Mr. Manoj Tandon, learned counsel appearing for the appellant submits that accepting the entire evidences and the confession made by the appellant, the appellant can never be said to have killed his wife in a planned manner or intentionally, rather whatever happened, it must have happened in a fit of anger which the appellant developed as he was suspecting his wife to have been intending to kill him by applying black magic.
In this regard it was further submitted that admittedly the appellant belongs to a tribal community, who generally does fall to the pray of superstition and thereby the act of the appellant in all probability may not be intentional and if it is so, the appellant cannot be said to have committed offence under Section 302 of the Indian Penal Code, rather at best the case in that event would fall within the parameter of Section 304 Part II of the Indian Penal Code.
Learned counsel by referring to a decision rendered in a case of Badal Murmu and others vs. State of West Bengal [(2014) 3 SCC 366] submitted that the Hon'ble Supreme Court has observed that it has been seen usually that in a case of a person belonging to tribal community even a trivial incident leads to murder and that happens because of the reason that they come from very poor strata of the society and appear to be untouched by the effect of urbanization and live in their own world and thereby the Hon'ble Supreme Court did find that the appellant could not be held guilty for the offence under Section 302 of the Indian Penal Code, rather the proper section which needs be resorted to would be Section 304 Part II of the Indian Penal Code and under the circumstances, the appellant of the present case be also held not guilty 5 for the offence under Section 302, rather can be held guilty for the offence punishable under Section 304 Part II of the Indian Penal Code.
As against this, learned counsel appearing for the State submits that from the evidences appearing in the case it is quite evident that it was the appellant, who killed the deceased by assaulting her with Tangi and moreover, the appellant has confessed his guilt when incriminating evidences appearing against him was put to him and thereby the appellant cannot escape from being convicted under Section 302 of the Indian Penal Code.
Having heard learned counsel appearing for the parties and on perusal of the record, we do find that the case of the prosecution as has been testified by P.W.3, Ignesia Xaxa, the informant is that while she was in her house, she heard Balbanti (deceased) calling upon her as she is being assaulted by her husband. On hearing this, when P.W.3 by raising alarm went to the house of the appellant, she as well as the other villagers, who had assembled there by that time, found the door closed. After breaking it opon, they entered into the room and found the deceased dead having injuries on her person and the appellant was present at the room. The testimony of P.W.3 gets corroboration from the evidence of P.W.2.

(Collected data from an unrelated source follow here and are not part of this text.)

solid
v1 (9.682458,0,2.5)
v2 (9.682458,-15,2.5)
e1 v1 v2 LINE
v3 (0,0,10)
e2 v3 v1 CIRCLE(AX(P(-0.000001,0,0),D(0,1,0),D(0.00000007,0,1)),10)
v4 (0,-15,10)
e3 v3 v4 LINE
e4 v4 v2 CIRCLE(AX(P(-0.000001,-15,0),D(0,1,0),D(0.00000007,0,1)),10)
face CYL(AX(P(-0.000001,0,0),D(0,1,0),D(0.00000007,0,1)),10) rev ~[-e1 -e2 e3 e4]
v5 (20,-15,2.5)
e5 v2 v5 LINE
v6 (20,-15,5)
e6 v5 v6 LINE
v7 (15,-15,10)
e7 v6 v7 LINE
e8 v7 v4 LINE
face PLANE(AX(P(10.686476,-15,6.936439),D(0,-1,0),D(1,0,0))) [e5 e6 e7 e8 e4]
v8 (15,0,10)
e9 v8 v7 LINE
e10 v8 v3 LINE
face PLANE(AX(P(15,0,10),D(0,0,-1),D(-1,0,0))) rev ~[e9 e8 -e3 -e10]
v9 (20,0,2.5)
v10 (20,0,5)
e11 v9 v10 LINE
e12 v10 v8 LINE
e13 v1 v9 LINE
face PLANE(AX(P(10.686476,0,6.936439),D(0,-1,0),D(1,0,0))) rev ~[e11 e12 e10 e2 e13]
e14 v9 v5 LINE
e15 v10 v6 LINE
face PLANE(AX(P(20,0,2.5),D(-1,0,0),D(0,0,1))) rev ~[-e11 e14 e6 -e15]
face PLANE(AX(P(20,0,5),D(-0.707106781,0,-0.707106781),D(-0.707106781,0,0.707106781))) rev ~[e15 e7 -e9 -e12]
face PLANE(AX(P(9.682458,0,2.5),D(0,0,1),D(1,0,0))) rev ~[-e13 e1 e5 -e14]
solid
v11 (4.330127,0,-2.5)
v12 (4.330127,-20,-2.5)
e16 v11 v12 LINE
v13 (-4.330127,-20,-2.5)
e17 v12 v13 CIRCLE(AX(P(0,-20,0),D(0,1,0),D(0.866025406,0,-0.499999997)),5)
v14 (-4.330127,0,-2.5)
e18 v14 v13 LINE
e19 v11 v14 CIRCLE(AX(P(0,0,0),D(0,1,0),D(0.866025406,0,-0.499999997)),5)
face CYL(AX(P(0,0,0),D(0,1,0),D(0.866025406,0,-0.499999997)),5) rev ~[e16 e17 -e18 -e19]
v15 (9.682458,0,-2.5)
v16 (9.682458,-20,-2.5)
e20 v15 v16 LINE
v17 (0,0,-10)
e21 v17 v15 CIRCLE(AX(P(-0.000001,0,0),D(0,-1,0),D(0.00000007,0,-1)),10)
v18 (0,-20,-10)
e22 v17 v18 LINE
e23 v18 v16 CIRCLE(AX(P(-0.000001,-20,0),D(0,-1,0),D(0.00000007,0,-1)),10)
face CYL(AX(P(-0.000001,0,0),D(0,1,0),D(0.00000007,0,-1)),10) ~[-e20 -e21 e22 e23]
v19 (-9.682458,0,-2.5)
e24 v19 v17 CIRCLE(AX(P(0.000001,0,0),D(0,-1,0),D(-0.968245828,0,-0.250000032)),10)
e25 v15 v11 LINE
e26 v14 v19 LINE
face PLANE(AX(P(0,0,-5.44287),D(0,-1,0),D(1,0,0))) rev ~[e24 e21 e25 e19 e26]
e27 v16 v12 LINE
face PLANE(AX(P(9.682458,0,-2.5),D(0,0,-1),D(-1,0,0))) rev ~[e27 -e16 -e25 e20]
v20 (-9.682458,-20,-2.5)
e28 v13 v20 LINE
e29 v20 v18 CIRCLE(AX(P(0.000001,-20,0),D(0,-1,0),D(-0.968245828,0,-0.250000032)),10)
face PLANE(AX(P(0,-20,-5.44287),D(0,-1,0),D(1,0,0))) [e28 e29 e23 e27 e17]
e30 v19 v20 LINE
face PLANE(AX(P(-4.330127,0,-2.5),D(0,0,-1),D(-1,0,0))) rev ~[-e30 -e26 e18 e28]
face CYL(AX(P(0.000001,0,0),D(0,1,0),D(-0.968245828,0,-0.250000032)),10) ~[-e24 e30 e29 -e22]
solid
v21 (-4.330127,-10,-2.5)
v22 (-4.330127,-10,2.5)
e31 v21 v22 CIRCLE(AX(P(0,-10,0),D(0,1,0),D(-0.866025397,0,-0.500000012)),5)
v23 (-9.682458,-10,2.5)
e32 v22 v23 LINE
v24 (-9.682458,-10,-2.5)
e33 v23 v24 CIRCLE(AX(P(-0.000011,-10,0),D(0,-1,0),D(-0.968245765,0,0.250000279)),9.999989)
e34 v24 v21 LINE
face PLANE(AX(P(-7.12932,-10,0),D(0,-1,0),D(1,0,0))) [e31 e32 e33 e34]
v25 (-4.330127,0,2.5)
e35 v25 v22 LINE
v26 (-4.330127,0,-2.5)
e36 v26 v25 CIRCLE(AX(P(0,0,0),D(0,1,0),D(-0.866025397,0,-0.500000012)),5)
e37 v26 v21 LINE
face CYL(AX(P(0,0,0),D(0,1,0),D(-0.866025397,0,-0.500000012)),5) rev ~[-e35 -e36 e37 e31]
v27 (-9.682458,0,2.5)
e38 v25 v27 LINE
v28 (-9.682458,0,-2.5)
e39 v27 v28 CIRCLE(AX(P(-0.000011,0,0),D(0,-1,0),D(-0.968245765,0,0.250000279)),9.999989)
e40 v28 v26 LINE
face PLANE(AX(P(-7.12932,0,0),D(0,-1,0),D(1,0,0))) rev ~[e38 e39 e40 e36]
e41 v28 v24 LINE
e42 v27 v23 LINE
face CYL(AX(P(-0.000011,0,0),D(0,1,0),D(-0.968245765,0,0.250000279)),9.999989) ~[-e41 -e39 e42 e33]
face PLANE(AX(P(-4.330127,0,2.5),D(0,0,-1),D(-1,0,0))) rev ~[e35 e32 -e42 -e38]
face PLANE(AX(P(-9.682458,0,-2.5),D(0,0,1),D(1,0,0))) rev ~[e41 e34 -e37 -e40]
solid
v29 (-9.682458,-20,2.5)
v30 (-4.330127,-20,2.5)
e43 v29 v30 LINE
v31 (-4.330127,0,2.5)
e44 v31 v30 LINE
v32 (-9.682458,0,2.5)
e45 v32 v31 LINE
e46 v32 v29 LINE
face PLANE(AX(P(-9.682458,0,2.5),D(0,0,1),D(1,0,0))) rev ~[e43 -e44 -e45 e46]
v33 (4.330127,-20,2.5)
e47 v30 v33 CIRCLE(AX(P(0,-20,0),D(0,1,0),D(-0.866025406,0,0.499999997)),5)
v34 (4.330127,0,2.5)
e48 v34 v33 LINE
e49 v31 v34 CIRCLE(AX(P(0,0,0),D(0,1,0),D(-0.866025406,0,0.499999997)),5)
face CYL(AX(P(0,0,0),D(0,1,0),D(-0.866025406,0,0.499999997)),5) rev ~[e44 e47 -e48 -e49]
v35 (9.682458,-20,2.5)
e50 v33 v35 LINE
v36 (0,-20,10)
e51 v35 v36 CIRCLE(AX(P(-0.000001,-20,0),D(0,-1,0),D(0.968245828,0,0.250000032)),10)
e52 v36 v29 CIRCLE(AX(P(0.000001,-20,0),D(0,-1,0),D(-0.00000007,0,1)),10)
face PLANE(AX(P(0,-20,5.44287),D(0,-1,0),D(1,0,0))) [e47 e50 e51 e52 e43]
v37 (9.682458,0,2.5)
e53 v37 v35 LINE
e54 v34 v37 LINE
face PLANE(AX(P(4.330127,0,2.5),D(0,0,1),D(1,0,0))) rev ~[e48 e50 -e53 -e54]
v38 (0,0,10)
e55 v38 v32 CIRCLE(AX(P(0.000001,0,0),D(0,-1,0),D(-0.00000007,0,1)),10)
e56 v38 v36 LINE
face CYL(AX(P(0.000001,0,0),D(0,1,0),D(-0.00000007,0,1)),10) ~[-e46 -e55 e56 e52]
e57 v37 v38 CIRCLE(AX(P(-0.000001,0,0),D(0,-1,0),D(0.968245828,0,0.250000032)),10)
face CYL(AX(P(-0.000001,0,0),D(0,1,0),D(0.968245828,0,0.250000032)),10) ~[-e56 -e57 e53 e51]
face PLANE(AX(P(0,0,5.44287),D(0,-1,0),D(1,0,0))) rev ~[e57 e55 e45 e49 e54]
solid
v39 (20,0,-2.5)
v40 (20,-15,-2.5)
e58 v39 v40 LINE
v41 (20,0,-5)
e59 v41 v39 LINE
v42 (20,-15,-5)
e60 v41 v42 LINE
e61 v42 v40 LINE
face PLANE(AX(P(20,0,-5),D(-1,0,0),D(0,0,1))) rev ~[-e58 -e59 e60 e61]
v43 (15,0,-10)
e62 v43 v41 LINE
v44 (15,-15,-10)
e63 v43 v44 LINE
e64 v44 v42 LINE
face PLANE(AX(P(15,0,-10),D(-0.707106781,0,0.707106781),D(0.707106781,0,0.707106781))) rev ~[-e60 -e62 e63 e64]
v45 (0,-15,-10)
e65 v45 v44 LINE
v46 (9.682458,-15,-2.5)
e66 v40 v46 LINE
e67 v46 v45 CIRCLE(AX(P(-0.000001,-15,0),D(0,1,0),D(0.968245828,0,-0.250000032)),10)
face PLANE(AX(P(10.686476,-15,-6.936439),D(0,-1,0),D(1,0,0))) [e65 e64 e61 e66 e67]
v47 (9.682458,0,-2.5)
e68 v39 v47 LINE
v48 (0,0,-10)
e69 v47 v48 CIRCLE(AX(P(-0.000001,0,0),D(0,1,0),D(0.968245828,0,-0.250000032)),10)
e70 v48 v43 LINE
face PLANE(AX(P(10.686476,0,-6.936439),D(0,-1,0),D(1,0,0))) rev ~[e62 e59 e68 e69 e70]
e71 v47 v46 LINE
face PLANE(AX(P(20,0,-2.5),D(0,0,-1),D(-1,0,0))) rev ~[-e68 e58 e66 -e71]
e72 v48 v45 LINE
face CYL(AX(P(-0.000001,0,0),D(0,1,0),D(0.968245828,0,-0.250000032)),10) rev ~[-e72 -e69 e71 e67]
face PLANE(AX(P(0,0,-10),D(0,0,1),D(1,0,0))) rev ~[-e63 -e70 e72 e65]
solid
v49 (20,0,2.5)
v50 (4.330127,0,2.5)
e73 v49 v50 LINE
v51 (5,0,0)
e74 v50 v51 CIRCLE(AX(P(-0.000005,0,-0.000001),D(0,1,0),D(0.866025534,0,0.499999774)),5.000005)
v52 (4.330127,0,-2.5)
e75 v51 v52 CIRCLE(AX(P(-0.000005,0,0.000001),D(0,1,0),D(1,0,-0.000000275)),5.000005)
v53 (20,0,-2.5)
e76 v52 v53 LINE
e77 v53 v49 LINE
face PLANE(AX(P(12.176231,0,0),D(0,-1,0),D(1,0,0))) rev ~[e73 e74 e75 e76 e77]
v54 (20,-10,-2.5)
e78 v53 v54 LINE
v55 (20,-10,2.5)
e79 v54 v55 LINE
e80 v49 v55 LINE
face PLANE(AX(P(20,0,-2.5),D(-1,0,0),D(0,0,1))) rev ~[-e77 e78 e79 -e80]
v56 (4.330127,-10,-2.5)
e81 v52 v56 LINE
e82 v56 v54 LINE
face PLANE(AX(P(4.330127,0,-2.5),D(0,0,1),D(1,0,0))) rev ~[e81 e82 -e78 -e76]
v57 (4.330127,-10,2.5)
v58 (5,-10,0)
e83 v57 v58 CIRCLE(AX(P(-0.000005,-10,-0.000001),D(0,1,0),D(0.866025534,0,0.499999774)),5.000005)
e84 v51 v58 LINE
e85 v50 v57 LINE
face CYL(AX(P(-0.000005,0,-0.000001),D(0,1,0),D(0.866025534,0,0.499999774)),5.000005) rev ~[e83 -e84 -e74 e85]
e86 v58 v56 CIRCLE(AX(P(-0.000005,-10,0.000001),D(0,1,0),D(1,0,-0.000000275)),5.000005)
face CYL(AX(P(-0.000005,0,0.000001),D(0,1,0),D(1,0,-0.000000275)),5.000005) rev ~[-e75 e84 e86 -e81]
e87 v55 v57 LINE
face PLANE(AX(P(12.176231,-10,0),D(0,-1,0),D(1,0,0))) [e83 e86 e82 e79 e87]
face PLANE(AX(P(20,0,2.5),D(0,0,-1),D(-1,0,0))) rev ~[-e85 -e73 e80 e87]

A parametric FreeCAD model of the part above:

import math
import FreeCAD as App
import Part
import Sketcher
from FreeCAD import Vector
Q = App.Units.Quantity

doc = App.newDocument("Part")
body = doc.addObject("PartDesign::Body", "Body")
body.AllowCompound = True

sketch1 = body.newObject("Sketcher::SketchObject", "Sketch")
sketch1.AttachmentSupport = (doc.getObject("XZ_Plane"), [""])
sketch1.MapMode = "FlatFace"
sketch1.addGeometry([
    Part.ArcOfCircle(Part.Circle(Vector(-0.000001, 0, 0), Vector(0, 0, 1), 10), math.radians(14.477514), math.radians(89.999996)),
    Part.LineSegment(Vector(9.682458, 2.5, 0), Vector(20, 2.5, 0)),
    Part.LineSegment(Vector(20, 2.5, 0), Vector(20, 5, 0)),
    Part.LineSegment(Vector(20, 5, 0), Vector(15, 10, 0)),
    Part.LineSegment(Vector(15, 10, 0), Vector(0, 10, 0)),
    Part.LineSegment(Vector(20, -2.5, 0), Vector(9.682458, -2.5, 0)),
    Part.ArcOfCircle(Part.Circle(Vector(-0.000001, 0, 0), Vector(0, 0, 1), 10), math.radians(-89.999996), math.radians(-14.477514)),
    Part.LineSegment(Vector(0, -10, 0), Vector(15, -10, 0)),
    Part.LineSegment(Vector(15, -10, 0), Vector(20, -5, 0)),
    Part.LineSegment(Vector(20, -5, 0), Vector(20, -2.5, 0)),
], False)
sketch1.addConstraint([
    Sketcher.Constraint("Coincident", 0, 1, 1, 1),
    Sketcher.Constraint("Coincident", 1, 2, 2, 1),
    Sketcher.Constraint("Coincident", 2, 2, 3, 1),
    Sketcher.Constraint("Coincident", 3, 2, 4, 1),
    Sketcher.Constraint("Tangent", 4, 2, 0, 2),
    Sketcher.Constraint("Coincident", 5, 2, 6, 2),
    Sketcher.Constraint("Tangent", 6, 1, 7, 1),
    Sketcher.Constraint("Coincident", 7, 2, 8, 1),
    Sketcher.Constraint("Coincident", 8, 2, 9, 1),
    Sketcher.Constraint("Coincident", 9, 2, 5, 1),
    Sketcher.Constraint("Horizontal", 1),
    Sketcher.Constraint("Vertical", 2),
    Sketcher.Constraint("Horizontal", 4),
    Sketcher.Constraint("Horizontal", 5),
    Sketcher.Constraint("Horizontal", 7),
    Sketcher.Constraint("Vertical", 9),
    Sketcher.Constraint("Coincident", 0, 3, -1, 1),
    Sketcher.Constraint("Coincident", 6, 3, -1, 1),
    Sketcher.Constraint("Equal", 0, 6),
    Sketcher.Constraint("Symmetric", 2, 2, 8, 2, -1),
    Sketcher.Constraint("Perpendicular", 3, 8),
    Sketcher.Constraint("Vertical", 0, 1, 5, 2),
    Sketcher.Constraint("Vertical", 3, 2, 7, 2),
    Sketcher.Constraint("Radius", 0, Q("10 mm")),
    Sketcher.Constraint("DistanceX", 4, 2, 4, 1, Q("15 mm")),
    Sketcher.Constraint("DistanceY", 2, 1, 2, 2, Q("2.5 mm")),
    Sketcher.Constraint("DistanceX", -1, 1, 1, 2, Q("20 mm")),
])
pad1 = body.newObject("PartDesign::Pad", "Pad")
pad1.Profile = sketch1
pad1.Length = 15
body2 = doc.addObject("PartDesign::Body", "Body001")
body2.AllowCompound = True

sketch2 = body2.newObject("Sketcher::SketchObject", "Sketch001")
sketch2.AttachmentSupport = (doc.getObject("XZ_Plane001"), [""])
sketch2.MapMode = "FlatFace"
sketch2.addGeometry([
    Part.ArcOfCircle(Part.Circle(Vector(0, 0, 0), Vector(0, 0, 1), 5), math.radians(30), math.radians(150)),
    Part.LineSegment(Vector(4.330127, 2.5, 0), Vector(9.682458, 2.5, 0)),
    Part.ArcOfCircle(Part.Circle(Vector(-0.000001, 0, 0), Vector(0, 0, 1), 10), math.radians(14.477514), math.radians(89.999996)),
    Part.ArcOfCircle(Part.Circle(Vector(0.000001, 0, 0), Vector(0, 0, 1), 10), math.radians(90.000004), math.radians(165.522486)),
    Part.LineSegment(Vector(-9.682458, 2.5, 0), Vector(-4.330127, 2.5, 0)),
    Part.LineSegment(Vector(9.682458, -2.5, 0), Vector(4.330127, -2.5, 0)),
    Part.ArcOfCircle(Part.Circle(Vector(0, 0, 0), Vector(0, 0, 1), 5), math.radians(-150), math.radians(-30)),
    Part.LineSegment(Vector(-4.330127, -2.5, 0), Vector(-9.682458, -2.5, 0)),
    Part.ArcOfCircle(Part.Circle(Vector(0.000001, 0, 0), Vector(0, 0, 1), 10), math.radians(-165.522486), math.radians(-90.000004)),
    Part.ArcOfCircle(Part.Circle(Vector(-0.000001, 0, 0), Vector(0, 0, 1), 10), math.radians(-89.999996), math.radians(-14.477514)),
], False)
sketch2.addConstraint([
    Sketcher.Constraint("Coincident", 0, 1, 1, 1),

Further we do find that the Investigating Officer did find earth smeared with blood and also Tangi, the weapon which was used for commission of the offence from that room and thereby the prosecution has been able to establish that it was the appellant, who killed his wife.
Furthermore, the appellant accepted at the stage of 313 of the Code of Criminal Procedure that he has killed his wife as he was suspecting that the deceased is intending to kill him by applying black magic. Thus, there remains no doubt whatever that it was the appellant, who killed the deceased.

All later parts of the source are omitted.